Member of the Oklahoma Senate from the 5th district
- In office 2008–2014
- Preceded by: Jeff Rabon
- Succeeded by: Joseph Silk

Member of the Oklahoma House of Representatives from the 1st district
- In office 2002–2008
- Preceded by: Terry Matlock
- Succeeded by: Dennis Bailey

Personal details
- Born: December 11, 1946 (age 79) Hugo, Oklahoma
- Party: Democratic
- Spouse: Cynthia
- Alma mater: Oklahoma State University
- Occupation: Newspaper Publisher

= Jerry Ellis (Oklahoma politician) =

American politician

Jerry Ellis (born December 11, 1946) is a former Oklahoma State Senator from District 5, which includes Atoka, Choctaw, McCurtain and Pushmataha counties, since 2008. He earlier was a member of the Oklahoma House of Representatives from 2002 through 2008.

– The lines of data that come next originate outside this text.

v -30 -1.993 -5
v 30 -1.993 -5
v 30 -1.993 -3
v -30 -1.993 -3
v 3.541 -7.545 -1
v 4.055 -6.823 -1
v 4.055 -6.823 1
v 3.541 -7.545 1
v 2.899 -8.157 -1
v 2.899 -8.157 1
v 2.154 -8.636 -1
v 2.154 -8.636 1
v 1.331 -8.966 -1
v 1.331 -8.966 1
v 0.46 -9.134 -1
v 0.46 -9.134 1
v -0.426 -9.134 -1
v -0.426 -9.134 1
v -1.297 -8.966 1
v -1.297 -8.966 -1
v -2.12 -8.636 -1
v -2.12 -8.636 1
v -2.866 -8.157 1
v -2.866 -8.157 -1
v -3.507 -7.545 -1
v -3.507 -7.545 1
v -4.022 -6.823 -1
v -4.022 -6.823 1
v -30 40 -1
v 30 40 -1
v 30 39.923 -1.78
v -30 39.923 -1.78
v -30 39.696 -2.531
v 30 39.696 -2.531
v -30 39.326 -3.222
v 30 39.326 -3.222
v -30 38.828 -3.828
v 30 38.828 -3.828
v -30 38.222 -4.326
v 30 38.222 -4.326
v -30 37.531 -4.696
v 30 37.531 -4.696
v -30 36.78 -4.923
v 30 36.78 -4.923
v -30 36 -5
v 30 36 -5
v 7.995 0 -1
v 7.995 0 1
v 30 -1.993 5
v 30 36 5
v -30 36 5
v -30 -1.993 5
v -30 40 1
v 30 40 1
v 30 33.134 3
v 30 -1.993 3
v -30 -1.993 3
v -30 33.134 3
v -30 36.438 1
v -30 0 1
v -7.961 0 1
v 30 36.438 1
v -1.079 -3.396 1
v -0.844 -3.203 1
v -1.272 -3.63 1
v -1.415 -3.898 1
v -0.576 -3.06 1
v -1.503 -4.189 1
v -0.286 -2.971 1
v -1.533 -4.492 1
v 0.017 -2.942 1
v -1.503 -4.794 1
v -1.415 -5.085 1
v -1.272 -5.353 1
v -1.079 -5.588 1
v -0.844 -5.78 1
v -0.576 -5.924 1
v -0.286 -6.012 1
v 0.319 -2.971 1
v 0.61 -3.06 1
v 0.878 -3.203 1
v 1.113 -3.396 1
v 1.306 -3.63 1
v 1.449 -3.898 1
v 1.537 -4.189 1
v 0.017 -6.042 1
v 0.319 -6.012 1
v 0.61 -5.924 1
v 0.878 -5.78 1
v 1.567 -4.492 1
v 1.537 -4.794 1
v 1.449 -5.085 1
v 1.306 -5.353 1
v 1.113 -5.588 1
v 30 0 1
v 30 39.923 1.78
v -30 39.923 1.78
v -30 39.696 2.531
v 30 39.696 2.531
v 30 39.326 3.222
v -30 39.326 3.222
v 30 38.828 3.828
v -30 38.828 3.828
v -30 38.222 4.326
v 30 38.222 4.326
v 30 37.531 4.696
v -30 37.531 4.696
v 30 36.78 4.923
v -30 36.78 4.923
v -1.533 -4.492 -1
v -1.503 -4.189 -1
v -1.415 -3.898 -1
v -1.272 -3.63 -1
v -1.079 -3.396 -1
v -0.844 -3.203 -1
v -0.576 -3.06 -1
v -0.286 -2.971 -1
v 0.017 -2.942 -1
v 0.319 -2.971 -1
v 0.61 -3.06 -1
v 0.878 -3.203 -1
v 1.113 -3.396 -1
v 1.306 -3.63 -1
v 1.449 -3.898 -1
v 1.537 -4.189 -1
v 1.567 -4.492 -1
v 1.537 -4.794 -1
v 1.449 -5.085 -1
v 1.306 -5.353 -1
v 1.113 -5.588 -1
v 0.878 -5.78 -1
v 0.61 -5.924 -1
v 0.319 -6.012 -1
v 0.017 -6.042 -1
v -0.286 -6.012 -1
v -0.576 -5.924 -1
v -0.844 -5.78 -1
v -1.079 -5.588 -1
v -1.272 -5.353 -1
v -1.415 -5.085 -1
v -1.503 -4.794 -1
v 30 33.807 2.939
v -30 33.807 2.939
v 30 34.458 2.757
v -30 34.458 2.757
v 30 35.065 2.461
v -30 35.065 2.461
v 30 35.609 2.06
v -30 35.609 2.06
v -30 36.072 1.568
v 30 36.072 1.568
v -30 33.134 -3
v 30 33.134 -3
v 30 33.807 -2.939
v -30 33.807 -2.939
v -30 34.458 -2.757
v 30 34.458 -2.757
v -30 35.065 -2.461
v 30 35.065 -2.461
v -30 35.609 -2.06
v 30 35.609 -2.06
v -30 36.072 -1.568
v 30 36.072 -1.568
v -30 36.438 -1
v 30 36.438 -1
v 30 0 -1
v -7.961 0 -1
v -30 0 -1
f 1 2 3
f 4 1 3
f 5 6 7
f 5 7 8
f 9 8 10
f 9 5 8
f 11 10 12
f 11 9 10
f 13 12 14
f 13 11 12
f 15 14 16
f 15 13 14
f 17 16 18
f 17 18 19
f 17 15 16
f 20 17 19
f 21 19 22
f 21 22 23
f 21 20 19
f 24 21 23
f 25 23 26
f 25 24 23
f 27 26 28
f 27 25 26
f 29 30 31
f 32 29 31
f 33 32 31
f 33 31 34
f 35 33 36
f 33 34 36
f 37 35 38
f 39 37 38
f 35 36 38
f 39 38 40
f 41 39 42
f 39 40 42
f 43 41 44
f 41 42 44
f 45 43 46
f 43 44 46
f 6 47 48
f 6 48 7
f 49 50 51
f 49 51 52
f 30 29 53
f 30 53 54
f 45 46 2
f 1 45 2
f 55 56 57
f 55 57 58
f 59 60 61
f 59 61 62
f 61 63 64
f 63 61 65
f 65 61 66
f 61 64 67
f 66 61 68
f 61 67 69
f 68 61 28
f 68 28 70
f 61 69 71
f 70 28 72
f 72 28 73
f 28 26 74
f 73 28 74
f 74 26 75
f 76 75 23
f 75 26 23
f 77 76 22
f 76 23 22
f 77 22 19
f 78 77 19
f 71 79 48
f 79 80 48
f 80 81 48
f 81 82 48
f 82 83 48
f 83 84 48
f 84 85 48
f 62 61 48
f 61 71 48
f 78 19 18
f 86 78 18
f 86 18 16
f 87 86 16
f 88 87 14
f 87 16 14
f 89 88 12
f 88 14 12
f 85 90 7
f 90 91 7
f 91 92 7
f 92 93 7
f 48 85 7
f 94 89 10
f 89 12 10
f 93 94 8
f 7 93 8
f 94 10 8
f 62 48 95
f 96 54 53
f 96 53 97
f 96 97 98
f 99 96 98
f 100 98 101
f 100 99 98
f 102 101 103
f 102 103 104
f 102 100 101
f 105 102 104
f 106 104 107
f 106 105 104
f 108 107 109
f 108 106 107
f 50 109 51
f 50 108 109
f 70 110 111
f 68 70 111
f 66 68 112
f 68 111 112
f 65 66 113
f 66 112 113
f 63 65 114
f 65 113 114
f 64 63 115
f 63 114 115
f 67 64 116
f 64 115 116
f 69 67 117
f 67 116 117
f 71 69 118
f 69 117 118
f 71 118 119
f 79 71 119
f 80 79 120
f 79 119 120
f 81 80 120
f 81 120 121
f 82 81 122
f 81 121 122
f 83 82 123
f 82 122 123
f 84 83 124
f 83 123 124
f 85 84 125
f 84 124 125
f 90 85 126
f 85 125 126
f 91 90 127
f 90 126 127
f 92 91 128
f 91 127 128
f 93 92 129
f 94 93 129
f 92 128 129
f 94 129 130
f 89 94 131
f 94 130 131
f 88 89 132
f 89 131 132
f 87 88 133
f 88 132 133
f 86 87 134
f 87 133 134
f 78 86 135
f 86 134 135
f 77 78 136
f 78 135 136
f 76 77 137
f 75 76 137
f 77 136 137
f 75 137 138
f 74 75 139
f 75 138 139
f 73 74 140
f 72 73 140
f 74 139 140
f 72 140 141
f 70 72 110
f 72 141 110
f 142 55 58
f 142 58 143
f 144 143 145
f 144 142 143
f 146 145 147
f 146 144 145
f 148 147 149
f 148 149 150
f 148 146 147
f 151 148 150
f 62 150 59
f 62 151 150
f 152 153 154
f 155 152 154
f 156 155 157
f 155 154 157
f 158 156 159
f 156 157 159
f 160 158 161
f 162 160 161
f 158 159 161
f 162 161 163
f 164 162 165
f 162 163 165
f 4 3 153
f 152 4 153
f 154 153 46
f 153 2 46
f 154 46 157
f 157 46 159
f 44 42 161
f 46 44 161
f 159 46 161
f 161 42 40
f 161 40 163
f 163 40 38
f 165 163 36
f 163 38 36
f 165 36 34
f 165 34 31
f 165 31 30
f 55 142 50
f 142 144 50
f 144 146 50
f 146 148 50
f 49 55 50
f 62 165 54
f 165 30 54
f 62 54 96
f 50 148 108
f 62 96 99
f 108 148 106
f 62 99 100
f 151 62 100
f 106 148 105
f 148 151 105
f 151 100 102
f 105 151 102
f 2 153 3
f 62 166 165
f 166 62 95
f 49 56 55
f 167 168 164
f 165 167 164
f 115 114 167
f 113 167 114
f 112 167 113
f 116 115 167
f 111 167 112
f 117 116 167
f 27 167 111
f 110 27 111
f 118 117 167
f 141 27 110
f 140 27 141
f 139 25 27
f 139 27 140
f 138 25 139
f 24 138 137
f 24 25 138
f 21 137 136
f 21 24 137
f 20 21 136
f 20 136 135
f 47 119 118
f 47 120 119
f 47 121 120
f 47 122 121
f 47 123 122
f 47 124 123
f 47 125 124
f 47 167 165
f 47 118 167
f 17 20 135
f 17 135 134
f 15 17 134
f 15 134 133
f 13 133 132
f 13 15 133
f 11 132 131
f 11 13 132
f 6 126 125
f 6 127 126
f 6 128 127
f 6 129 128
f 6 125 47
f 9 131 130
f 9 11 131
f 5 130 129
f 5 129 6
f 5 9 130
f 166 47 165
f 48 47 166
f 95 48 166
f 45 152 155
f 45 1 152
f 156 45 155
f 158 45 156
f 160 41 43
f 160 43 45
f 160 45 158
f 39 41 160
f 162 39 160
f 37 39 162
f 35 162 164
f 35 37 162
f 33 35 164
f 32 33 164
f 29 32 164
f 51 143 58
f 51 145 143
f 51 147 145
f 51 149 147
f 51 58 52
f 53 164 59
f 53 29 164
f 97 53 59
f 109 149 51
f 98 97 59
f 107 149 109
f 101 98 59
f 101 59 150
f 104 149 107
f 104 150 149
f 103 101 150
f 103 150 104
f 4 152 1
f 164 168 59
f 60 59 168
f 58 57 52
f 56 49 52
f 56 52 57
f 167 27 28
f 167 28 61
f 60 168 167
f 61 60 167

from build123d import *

# Parameters (mm, degrees)
SKETCH_1_W      = 60
SKETCH_1_H      = 2
EXTRUDE_1_DEPTH = 40
SKETCH_3_R      = 1.55
EXTRUDE_2_DEPTH = 2
EXTRUDE_3_DEPTH = 60


with BuildPart() as part:
    # 草图1 → 凸台-拉伸1 (new body)
    with BuildSketch(Plane(origin=(0, 0, 0), x_dir=(1, 0, 0), z_dir=(0, 1, 0))):
        Rectangle(SKETCH_1_W, SKETCH_1_H)
    extrude(amount=EXTRUDE_1_DEPTH)



with BuildPart() as body_2:
    # 草图3 → 凸台-拉伸2 (new, through all)
    with BuildSketch(Plane(origin=(0, 0, -1), x_dir=(-1, 0, 0), z_dir=(0, 0, -1))):
        with BuildLine():
            Line((-7.994757435, 0), (-4.05536846, -6.823221856))
            ThreePointArc((-4.05536846, -6.823221856), (-0.01683957, -9.154867598), (4.02168932, -6.823221856))
            Line((4.02168932, -6.823221856), (7.961078295, 0))
            Line((7.961078295, 0), (-7.994757435, 0))
        make_face()
        with Locations((-0.01683957, -4.491576114)):
            Circle(SKETCH_3_R, mode=Mode.SUBTRACT)
    extrude(amount=-EXTRUDE_2_DEPTH)


with BuildPart() as part_1:
    add(part.part)

    add(body_2.part)  # 凸台-拉伸3 merges body 2
    # 草图4 → 凸台-拉伸3 (add, through all)
    with BuildSketch(Plane(origin=(30, 0, 0), x_dir=(0, 0, -1), z_dir=(1, 0, 0))):
        with BuildLine():
            Line((5, 36), (5, -1.993440082))
            Line((5, -1.993440082), (3, -1.993440082))
            Line((3, -1.993440082), (3, 33.134423916))
            ThreePointArc((3, 33.134423916), (2.461049161, 35.065394885), (1, 36.43814841))
            Line((1, 36.43814841), (1, 40))
            ThreePointArc((1, 40), (3.828427125, 38.828427125), (5, 36))
        make_face()
        with BuildLine():
            Line((-5, 36), (-5, -1.993440082))
            Line((-5, -1.993440082), (-3, -1.993440082))
            Line((-3, -1.993440082), (-3, 33.134423916))
            ThreePointArc((-3, 33.134423916), (-2.461049161, 35.065394885), (-1, 36.43814841))
            Line((-1, 36.43814841), (-1, 40))
            ThreePointArc((-1, 40), (-3.828427125, 38.828427125), (-5, 36))
        make_face()
    extrude(amount=-EXTRUDE_3_DEPTH)


solid = part_1.part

He received his bachelor's degree in animal science from Oklahoma State University in 1969. He served in the armed forces from 1969 to 1972. He has been employed as a laborer for Weyerhaeuser and as a cattle rancher. He is co-founder and publisher of the Southeast Times newspaper.

Ellis won election to the Oklahoma Senate for District 5 in 2008. In 2002, he received the Friend of Working Men and Women Award from the McCurtain County Democratic Party. In 2007, he received the Oklahoma Rifleman Association Legislator of the Year Award. In 2008, he received the Oklahoma American Legion Legislator of the Year Award as well as the American Association of Retired Persons 50 Over 50 Award.

He is married to the former Cynthia Cox. They have one son Tom.

Ellis was named Assistant Democratic Floor Leader in December 2011. He served on the Agriculture & Rural Development, Business & Commerce and Rules Committees. He was also the Vice Chair of the Tourism & Wildlife committee and served on the Appropriation Subcommittee on Natural Resources.